また、サグを例えば道路縦断勾配で3%程度に小さくした場合、吊床版端部を橋台に固定すると、2次ケーブルの緊張により、橋台に作用する水平力が大きくなったり、吊床版の端部で大きな曲げモーメントが生じたりするが、本発明では、吊床版端部を橋台から切り離し、分離した状態であるので、2次ケーブルの緊張により、橋台に作用する水平力や吊床版端部の曲げモーメントを増加させずに、吊床版内に配置するケーブルによりプレストレスを導入することができる。
また、本発明の直路式吊床版橋の構築方法によると、直路式吊床版橋の構築方法において、1次ケーブルで吊床版を架設し、2次ケーブルで橋体全体を支持し、前記1次ケーブルおよび2次ケーブルを橋台にて緊張定着した後、橋台上に支承を介して支持される吊床版端部の端部吊床版を構築し、吊床版本体に直接プレストレスを導入するケーブルを配置して吊床版端部で緊張定着し、端部吊床版を橋台に固定しないので、端部吊床版を橋台に固定しない構造の直路式吊床版橋を容易に構築することができる。また、1次ケーブルおよび2次ケーブルを橋台に緊張定着した後、端部吊床版を橋台に設置の支承上に設けるようにすればよいので、施工も容易であるなどの効果が得られる。
【発明を実施するための最良の形態】
【0012】
次に、本発明を図示の実施形態に基づいて詳細に説明する。
【0013】
図1(a)〜図9は、本発明の直路式吊床版橋1の一実施形態を示すものであって、各橋台2間に渡って、1次ケーブル3が緊張した状態で定着されていると共に、前記1次ケーブル3に、端部吊床版4(図8f参照)を除く多数のプレキャスト製の中間部吊床版5(図6参照)が直列に架設され、直列に配置された多数の中間部吊床版5の橋軸方向の端部には、橋台2上に設置された弾性支承装置6上に設置された吊床版端部としての端部吊床版4が、前記1次ケーブル3および弾性支承装置6に支持されるように設けられている。

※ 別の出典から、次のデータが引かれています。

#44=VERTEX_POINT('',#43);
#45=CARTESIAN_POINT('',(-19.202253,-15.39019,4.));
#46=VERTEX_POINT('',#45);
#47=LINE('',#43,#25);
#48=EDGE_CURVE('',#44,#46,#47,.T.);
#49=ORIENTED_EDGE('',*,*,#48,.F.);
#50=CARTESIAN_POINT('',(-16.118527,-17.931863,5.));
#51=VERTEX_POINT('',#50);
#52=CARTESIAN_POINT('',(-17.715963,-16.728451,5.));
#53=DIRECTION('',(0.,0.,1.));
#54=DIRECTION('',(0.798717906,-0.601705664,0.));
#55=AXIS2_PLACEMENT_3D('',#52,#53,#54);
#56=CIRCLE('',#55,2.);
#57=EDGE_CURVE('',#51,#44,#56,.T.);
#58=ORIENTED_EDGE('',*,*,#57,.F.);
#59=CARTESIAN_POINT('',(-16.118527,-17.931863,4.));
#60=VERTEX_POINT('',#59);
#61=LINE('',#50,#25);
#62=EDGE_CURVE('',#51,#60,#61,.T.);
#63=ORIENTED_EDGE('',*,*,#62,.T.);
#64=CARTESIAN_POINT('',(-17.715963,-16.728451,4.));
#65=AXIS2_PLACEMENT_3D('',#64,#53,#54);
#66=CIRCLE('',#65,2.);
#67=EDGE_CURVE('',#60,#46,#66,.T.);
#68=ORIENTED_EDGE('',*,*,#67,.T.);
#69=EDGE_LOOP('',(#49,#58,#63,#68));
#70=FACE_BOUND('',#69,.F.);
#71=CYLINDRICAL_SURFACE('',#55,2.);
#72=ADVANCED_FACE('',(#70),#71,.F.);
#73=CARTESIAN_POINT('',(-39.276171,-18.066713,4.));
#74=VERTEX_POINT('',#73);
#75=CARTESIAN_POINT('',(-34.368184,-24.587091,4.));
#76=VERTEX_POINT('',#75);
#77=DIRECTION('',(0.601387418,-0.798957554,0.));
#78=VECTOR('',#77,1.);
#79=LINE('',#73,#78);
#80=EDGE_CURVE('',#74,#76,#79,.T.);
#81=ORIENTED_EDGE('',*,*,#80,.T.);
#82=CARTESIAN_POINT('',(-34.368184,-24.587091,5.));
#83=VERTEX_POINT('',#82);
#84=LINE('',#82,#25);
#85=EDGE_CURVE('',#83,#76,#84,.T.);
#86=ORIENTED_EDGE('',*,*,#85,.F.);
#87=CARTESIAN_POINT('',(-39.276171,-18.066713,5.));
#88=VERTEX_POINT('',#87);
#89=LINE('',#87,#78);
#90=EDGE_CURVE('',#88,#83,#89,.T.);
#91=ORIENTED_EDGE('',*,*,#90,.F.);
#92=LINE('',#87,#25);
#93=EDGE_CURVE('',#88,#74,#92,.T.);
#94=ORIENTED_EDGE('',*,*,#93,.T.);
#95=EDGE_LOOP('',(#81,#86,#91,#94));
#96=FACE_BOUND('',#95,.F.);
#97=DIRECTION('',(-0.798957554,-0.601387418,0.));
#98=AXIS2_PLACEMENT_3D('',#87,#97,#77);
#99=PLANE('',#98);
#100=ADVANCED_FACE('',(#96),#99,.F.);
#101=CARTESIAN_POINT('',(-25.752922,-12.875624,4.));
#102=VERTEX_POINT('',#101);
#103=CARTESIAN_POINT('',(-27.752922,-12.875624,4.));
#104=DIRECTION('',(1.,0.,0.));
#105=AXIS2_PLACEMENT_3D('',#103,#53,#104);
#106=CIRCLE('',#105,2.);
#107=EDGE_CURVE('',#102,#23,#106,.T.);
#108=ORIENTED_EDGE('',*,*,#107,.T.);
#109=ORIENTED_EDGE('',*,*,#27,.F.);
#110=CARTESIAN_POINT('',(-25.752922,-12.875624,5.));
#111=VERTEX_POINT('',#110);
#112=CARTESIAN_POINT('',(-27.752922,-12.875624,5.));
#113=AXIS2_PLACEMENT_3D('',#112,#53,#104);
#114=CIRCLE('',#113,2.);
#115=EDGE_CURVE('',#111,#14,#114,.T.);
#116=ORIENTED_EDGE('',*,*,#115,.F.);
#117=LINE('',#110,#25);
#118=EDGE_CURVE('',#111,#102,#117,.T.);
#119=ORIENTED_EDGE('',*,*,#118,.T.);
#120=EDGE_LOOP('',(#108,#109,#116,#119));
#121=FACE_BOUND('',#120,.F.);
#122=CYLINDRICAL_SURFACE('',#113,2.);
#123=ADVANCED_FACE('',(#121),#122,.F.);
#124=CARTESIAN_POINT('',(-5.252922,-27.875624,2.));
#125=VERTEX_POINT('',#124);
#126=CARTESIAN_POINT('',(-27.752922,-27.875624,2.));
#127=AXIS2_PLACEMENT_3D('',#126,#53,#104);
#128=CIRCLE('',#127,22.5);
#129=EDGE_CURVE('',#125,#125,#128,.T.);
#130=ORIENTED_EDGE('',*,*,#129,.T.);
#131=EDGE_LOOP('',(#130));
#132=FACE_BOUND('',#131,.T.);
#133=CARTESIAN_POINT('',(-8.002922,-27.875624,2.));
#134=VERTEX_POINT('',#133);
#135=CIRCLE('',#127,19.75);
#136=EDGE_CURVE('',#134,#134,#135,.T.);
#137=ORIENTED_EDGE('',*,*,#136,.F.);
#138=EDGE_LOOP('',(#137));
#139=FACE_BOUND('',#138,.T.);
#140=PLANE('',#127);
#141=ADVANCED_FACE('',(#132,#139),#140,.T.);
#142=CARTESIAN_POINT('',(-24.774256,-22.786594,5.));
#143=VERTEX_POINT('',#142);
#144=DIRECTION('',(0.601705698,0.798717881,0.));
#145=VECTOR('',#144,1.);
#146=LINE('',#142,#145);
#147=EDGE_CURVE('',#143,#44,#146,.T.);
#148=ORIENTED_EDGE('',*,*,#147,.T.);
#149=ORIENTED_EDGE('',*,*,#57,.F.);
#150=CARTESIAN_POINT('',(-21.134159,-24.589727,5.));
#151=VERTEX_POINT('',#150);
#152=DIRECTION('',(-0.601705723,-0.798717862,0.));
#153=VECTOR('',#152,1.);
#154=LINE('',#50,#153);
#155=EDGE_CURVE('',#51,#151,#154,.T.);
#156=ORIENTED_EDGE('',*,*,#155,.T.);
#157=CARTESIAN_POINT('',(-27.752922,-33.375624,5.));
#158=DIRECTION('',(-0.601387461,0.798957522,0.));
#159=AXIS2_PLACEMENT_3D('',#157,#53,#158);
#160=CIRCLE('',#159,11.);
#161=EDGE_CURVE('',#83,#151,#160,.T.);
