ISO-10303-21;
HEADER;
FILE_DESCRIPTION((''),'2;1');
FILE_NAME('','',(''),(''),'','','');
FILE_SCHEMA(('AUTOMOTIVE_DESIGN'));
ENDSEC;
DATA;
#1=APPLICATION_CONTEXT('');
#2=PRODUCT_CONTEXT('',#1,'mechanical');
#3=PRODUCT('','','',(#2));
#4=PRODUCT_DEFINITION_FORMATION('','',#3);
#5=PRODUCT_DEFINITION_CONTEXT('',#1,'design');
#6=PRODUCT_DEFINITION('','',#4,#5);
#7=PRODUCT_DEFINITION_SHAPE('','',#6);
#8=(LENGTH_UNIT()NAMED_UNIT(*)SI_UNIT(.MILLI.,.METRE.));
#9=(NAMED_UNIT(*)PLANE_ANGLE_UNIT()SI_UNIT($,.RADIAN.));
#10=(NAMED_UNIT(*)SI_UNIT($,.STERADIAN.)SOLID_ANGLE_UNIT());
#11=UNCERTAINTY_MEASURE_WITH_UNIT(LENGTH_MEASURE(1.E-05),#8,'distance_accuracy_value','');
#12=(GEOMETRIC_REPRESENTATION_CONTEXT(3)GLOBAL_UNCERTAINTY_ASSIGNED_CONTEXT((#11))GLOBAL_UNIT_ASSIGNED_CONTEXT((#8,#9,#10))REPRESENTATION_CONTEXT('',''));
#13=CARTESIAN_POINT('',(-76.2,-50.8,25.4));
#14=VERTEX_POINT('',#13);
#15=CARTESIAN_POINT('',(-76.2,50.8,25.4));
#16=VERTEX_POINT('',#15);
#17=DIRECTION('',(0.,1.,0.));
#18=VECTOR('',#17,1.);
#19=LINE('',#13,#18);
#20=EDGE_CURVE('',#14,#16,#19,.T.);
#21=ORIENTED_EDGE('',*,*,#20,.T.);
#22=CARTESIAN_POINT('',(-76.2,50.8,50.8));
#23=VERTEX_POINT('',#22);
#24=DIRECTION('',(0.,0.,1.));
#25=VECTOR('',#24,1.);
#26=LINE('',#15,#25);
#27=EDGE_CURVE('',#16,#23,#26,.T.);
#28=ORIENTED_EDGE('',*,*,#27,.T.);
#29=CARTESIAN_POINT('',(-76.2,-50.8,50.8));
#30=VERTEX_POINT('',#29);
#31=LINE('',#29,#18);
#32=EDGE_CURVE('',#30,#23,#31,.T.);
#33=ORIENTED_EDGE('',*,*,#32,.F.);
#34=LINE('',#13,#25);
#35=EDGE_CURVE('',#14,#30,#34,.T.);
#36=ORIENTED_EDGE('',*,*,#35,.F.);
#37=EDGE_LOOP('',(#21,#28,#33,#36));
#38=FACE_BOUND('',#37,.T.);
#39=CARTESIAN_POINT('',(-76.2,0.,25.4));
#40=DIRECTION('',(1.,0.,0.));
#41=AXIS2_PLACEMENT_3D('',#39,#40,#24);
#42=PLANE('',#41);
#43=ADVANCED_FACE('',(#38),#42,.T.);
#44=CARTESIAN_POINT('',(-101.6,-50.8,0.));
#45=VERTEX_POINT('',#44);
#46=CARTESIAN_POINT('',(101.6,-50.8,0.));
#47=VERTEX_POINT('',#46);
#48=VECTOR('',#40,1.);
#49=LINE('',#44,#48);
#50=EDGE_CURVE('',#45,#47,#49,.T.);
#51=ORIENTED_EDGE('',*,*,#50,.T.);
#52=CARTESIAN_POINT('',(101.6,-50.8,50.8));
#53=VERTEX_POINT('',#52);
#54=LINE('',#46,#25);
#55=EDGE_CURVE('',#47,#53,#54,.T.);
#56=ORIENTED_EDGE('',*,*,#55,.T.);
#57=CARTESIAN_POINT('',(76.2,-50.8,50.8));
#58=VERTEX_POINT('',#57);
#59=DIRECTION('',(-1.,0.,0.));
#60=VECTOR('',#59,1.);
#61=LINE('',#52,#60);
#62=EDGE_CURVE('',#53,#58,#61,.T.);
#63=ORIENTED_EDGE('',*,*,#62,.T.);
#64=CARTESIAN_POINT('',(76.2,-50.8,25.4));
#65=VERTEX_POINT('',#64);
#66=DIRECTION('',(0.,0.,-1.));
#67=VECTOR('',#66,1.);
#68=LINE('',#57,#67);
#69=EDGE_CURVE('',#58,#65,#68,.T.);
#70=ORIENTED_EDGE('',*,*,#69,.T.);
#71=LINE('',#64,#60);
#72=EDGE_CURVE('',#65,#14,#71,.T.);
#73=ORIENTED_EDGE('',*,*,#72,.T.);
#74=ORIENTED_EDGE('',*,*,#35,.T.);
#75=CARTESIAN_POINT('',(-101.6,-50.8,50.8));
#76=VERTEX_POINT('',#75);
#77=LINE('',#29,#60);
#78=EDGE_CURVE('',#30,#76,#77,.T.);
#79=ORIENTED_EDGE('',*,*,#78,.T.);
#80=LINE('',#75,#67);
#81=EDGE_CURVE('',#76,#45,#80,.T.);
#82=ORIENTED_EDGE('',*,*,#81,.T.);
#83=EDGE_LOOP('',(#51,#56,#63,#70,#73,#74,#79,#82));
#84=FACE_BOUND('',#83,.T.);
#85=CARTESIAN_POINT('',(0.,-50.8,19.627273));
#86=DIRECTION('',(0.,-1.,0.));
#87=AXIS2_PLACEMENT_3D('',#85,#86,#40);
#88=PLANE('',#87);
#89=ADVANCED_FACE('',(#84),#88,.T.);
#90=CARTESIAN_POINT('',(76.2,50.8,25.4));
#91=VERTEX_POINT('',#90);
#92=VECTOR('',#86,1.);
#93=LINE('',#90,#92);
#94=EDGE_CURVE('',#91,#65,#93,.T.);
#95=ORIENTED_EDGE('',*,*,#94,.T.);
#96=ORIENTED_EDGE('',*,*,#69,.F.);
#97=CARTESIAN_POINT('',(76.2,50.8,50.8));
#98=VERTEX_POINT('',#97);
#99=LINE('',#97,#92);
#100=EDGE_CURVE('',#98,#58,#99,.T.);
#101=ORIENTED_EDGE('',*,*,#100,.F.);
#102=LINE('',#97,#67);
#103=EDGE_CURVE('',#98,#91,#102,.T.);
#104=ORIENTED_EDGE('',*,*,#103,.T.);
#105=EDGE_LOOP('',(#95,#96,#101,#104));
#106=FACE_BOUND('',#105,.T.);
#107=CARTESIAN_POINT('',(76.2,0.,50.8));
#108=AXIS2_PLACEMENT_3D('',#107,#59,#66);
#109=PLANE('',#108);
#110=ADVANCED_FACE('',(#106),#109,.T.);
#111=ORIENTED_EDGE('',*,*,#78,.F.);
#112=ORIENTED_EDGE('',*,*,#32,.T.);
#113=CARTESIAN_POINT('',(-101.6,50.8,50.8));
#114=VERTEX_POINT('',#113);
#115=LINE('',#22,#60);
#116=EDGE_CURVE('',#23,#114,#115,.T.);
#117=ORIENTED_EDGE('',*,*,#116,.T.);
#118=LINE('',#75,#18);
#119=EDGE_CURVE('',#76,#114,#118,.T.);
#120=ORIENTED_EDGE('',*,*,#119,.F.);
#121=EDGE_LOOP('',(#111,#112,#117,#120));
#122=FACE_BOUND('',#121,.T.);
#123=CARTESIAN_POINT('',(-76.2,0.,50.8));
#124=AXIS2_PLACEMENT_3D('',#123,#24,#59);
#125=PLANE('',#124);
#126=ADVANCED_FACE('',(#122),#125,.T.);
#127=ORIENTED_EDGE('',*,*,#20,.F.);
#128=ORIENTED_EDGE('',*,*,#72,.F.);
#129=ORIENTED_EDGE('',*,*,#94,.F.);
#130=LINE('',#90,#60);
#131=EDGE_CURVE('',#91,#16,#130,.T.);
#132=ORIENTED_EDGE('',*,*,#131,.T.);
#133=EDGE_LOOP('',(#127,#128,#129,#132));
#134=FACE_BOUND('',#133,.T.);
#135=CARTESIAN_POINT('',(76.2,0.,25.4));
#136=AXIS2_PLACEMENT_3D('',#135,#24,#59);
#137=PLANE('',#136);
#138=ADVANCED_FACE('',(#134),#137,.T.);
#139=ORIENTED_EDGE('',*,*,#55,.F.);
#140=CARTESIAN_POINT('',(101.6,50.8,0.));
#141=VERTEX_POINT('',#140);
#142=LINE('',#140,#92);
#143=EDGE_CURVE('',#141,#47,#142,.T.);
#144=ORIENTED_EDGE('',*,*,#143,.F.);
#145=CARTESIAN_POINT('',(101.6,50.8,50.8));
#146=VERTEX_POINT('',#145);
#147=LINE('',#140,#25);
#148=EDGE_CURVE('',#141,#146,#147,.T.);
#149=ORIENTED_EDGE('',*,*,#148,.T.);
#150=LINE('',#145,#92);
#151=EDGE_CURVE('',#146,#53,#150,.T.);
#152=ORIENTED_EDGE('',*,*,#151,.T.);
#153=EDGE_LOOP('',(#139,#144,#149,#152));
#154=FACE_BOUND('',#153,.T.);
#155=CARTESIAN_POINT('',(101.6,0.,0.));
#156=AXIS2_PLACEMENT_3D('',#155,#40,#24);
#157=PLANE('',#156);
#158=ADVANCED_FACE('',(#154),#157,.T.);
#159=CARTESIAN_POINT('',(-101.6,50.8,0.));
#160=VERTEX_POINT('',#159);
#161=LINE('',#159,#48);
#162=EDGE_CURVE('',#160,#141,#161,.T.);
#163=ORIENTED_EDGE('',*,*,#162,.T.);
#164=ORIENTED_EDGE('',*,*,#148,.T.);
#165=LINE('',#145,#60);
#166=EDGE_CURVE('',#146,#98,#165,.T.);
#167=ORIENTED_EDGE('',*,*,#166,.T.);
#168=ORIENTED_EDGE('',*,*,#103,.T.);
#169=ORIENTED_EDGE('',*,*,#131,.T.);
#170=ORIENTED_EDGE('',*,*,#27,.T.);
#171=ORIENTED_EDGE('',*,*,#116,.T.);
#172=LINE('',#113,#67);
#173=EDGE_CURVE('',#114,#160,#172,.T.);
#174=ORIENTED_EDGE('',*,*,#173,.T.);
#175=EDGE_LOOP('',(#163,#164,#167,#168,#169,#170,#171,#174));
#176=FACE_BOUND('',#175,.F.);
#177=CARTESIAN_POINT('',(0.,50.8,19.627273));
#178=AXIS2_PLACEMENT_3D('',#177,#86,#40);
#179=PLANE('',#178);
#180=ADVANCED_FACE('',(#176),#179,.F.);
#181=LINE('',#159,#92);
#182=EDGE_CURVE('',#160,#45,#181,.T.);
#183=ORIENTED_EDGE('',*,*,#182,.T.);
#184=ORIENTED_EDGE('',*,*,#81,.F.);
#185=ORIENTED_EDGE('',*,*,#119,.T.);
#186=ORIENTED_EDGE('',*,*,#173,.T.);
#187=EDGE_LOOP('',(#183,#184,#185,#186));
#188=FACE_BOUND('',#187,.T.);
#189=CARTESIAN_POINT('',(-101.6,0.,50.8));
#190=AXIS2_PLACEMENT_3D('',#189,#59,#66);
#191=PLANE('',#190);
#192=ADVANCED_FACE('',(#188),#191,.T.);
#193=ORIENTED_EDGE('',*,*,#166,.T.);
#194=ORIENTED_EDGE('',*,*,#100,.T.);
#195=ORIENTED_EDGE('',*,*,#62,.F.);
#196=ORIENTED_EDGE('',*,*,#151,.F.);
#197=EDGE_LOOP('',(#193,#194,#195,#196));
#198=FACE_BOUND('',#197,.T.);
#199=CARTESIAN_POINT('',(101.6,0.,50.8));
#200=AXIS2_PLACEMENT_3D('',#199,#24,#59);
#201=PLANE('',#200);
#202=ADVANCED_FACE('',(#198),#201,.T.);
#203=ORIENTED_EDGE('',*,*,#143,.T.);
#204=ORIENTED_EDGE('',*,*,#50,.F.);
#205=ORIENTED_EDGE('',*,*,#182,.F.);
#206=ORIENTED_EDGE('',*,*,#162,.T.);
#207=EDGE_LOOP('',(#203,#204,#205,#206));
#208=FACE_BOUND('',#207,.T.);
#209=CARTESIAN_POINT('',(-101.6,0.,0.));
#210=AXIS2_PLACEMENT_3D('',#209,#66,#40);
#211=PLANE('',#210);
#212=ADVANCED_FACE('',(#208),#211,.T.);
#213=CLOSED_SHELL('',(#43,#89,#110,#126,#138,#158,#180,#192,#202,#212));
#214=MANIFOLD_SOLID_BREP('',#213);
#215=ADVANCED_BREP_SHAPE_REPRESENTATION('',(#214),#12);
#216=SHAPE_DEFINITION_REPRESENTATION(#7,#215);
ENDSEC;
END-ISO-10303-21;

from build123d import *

# Parameters (mm, degrees)
F1_DEPTH      = 50.8
F1_DEPTH_BACK = 50.8


with BuildPart() as f1:
    # F0 (on Front) → F1 (new body, two sides)
    with BuildSketch(Plane.XZ) as f1_sk:
        Polygon((-101.6, 50.8), (-101.6, 0), (101.6, 0), (101.6, 50.8), (76.2, 50.8), (76.2, 25.4), (-76.2, 25.4), (-76.2, 50.8), align=None)
    extrude(amount=F1_DEPTH)
    extrude(f1_sk.sketch, amount=-F1_DEPTH_BACK)


solid = f1.part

前記の吊床版端部としての端部吊床版4は橋台2から分離した状態で設けられ、端部吊床版4から橋台2に、床版橋のクリープ、乾燥収縮及び温度変化による橋台2に作用する引張力が大きくなることがないようにされている。
【0014】
前記の弾性支承装置6としては、公知のゴムのような弾性層を有する弾性支承装置が設置され、端部吊床版4および中間部吊床版5の鉛直荷重あるいは橋軸直角方向等の横方向の変動に対して弾性的に緩衝支承している。前記の弾性支承装置6以外の鋼製支承装置等の支承装置6としてもよい。
【0015】
前記の各中間部吊床版5および端部吊床版4には、図1(b)に示すように、1次ケーブル3に支持させるためのサドル7が、橋軸直角方向の床版幅方向に間隔をおいて複数設けられている。前記各サドル7は、それぞれ複数の1次ケーブル3上に載置するように配置されて、吊床版17を構成する各中間部吊床版5が1次ケーブル3により支持されている。前記の端部吊床版4は支承装置により支持され、端部吊床版4には、サドル7は適宜設けられる。

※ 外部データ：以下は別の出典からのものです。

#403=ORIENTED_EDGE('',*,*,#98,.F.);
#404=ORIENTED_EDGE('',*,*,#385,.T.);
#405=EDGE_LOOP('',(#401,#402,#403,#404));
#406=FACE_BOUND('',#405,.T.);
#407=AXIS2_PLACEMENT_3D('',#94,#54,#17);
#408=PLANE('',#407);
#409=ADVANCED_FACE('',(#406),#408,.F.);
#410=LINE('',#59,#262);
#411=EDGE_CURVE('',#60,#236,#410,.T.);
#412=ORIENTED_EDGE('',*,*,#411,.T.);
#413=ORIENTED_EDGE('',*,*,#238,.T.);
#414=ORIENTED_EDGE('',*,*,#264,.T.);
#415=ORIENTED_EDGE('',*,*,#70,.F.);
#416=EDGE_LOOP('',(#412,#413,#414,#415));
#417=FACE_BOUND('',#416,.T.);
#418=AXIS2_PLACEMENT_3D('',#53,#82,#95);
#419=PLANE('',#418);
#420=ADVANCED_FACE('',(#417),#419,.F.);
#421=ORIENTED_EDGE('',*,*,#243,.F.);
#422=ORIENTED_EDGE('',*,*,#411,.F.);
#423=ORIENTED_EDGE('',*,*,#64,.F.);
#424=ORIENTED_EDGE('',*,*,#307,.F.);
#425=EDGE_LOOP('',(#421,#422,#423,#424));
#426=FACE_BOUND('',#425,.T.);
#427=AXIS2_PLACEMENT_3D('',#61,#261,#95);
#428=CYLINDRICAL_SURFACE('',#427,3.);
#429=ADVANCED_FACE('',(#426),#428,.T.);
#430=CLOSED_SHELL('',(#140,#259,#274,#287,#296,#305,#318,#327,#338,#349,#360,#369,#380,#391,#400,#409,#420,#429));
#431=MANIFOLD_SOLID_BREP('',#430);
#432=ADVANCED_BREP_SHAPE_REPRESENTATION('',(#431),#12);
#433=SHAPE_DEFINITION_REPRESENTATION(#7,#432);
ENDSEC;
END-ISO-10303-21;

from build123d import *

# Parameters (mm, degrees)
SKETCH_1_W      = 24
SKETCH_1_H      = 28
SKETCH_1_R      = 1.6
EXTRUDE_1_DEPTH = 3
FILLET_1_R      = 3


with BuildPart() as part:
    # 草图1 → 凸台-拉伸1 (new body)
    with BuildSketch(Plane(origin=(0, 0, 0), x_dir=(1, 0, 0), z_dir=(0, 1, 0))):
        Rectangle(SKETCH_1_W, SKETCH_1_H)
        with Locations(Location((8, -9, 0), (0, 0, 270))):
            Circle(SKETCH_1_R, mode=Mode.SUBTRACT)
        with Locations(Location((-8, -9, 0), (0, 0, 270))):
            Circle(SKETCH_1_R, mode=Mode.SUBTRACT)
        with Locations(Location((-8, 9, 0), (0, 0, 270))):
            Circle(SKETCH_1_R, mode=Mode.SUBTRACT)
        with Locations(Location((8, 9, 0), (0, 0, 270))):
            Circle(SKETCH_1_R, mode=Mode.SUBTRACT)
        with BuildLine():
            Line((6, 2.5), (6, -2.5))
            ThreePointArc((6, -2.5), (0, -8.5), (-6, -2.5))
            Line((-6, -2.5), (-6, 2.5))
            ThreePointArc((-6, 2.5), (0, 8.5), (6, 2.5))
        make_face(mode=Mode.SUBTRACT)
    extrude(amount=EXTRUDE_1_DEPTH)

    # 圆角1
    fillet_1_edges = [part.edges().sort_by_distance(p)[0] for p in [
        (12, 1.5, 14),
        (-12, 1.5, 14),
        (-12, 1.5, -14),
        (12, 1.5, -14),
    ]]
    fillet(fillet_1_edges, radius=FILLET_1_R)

1次ケーブル3にサドル7側の下向き開口溝の下面を載置するようにしてもよく、図10に示すように、吊床版本体内に配置されたサドル7を1次ケーブル3に支持させる形態でもよい。また、サドル7は、吊床版本体5bに対して、図1および図5(a)に示すように外側に露出するように取付ける形態でもよい。

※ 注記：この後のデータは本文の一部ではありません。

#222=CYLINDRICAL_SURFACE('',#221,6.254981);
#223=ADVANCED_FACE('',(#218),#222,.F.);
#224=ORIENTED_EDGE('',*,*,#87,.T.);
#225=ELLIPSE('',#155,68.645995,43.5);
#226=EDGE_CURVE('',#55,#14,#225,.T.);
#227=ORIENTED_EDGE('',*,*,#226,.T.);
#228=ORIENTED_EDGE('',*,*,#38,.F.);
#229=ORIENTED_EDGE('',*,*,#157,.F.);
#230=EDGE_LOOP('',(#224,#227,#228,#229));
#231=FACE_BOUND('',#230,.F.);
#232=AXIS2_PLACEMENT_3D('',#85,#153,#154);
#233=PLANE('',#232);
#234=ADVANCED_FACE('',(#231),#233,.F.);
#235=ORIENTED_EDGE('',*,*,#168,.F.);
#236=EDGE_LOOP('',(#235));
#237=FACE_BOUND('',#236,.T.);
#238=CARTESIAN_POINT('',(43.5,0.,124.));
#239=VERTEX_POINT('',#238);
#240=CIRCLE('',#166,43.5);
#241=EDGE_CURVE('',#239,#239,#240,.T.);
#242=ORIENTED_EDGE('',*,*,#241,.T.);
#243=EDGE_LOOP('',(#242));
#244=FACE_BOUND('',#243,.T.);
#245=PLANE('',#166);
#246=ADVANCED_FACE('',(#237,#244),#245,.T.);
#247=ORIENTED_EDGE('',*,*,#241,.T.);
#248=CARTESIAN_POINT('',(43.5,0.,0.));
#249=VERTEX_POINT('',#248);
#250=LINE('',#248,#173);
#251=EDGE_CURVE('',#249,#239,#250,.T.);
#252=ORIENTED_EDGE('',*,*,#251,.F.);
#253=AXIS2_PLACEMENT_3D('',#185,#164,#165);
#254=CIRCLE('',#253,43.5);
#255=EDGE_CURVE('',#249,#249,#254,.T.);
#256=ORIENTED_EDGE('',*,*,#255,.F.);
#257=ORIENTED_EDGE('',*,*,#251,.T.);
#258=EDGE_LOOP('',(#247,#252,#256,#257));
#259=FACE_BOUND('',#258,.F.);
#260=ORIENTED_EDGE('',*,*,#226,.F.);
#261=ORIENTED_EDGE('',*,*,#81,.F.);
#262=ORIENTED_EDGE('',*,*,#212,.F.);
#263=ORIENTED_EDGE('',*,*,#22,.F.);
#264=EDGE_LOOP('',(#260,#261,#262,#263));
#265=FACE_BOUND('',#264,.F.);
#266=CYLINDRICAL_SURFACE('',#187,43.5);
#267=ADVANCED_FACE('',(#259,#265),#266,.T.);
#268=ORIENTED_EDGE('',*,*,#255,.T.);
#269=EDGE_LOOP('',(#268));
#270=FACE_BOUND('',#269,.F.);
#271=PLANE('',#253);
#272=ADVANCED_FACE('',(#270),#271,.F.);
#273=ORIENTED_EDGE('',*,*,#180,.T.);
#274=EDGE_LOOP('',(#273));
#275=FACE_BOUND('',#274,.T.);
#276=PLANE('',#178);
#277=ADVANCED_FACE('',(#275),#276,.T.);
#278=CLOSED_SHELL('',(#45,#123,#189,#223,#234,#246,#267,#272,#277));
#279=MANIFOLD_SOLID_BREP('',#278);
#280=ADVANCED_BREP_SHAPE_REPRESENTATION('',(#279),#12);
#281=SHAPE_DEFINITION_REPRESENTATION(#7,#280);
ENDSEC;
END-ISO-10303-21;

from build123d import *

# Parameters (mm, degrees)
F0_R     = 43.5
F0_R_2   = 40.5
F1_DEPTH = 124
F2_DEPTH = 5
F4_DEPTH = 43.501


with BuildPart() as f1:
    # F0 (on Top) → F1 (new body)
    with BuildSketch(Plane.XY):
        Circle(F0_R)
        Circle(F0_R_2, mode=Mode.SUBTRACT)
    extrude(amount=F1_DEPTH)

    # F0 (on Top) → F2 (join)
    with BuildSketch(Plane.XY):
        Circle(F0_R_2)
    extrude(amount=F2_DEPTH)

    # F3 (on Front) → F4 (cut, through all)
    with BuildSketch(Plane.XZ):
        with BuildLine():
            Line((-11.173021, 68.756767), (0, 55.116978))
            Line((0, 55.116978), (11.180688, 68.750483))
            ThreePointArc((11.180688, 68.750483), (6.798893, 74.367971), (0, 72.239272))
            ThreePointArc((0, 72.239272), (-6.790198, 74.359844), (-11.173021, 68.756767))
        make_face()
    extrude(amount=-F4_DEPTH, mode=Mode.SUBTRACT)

また、1次ケーブル3に中間部吊床版5または端部吊床版4を支持させる場合、図5(b)に示すように、吊床版の上面側の両側部に凹部23を形成し、それぞれの凹部23に、吊治具24を複数埋設配置されている形態でもよい。なお、前記吊治具24は、その下側に1次ケーブル3を挿通し、中間部吊床版5又は端部吊床版4を橋台2,2間に架設するために用いられ、吊床版架設後には、凹部23に打設される後埋め材としての後打ちコンクリート25によって埋設するようにしてもよい(ただし、吊床版4,5はプレストレス導入用ケーブル9の緊張定着前後において、図5(a)に示すように、1次ケーブル3に対して橋軸方向にスライド可能な構造にしておく必要がある)。前記の図5(b)ように1次ケーブル3を吊治具24の下側に挿通する形態でもよく、あるいは図5(c)に示すようにサドル7内に挿通する形態でもよい。
なお、図1等では、プレストレス導入用ケーブル9と1次ケーブル3とをわかりやすくするために、便宜上、1次ケーブル3を各中間部吊床版5および端部吊床版4の若干下側に記載し、橋軸方向に所定の長さのサドル7を単に丸で示している。
【0016】
各中間部吊床版5および端部吊床版4における前記床版幅方向には、間隔をおいて、ケーブル挿通孔8が、シースの埋め込み配置により形成され、前記各ケーブル挿通孔8内に配置されたプレストレス導入用ケーブル9は、端部吊床版4の端部において、緊張された状態で定着金具10により定着されている(図2参照)。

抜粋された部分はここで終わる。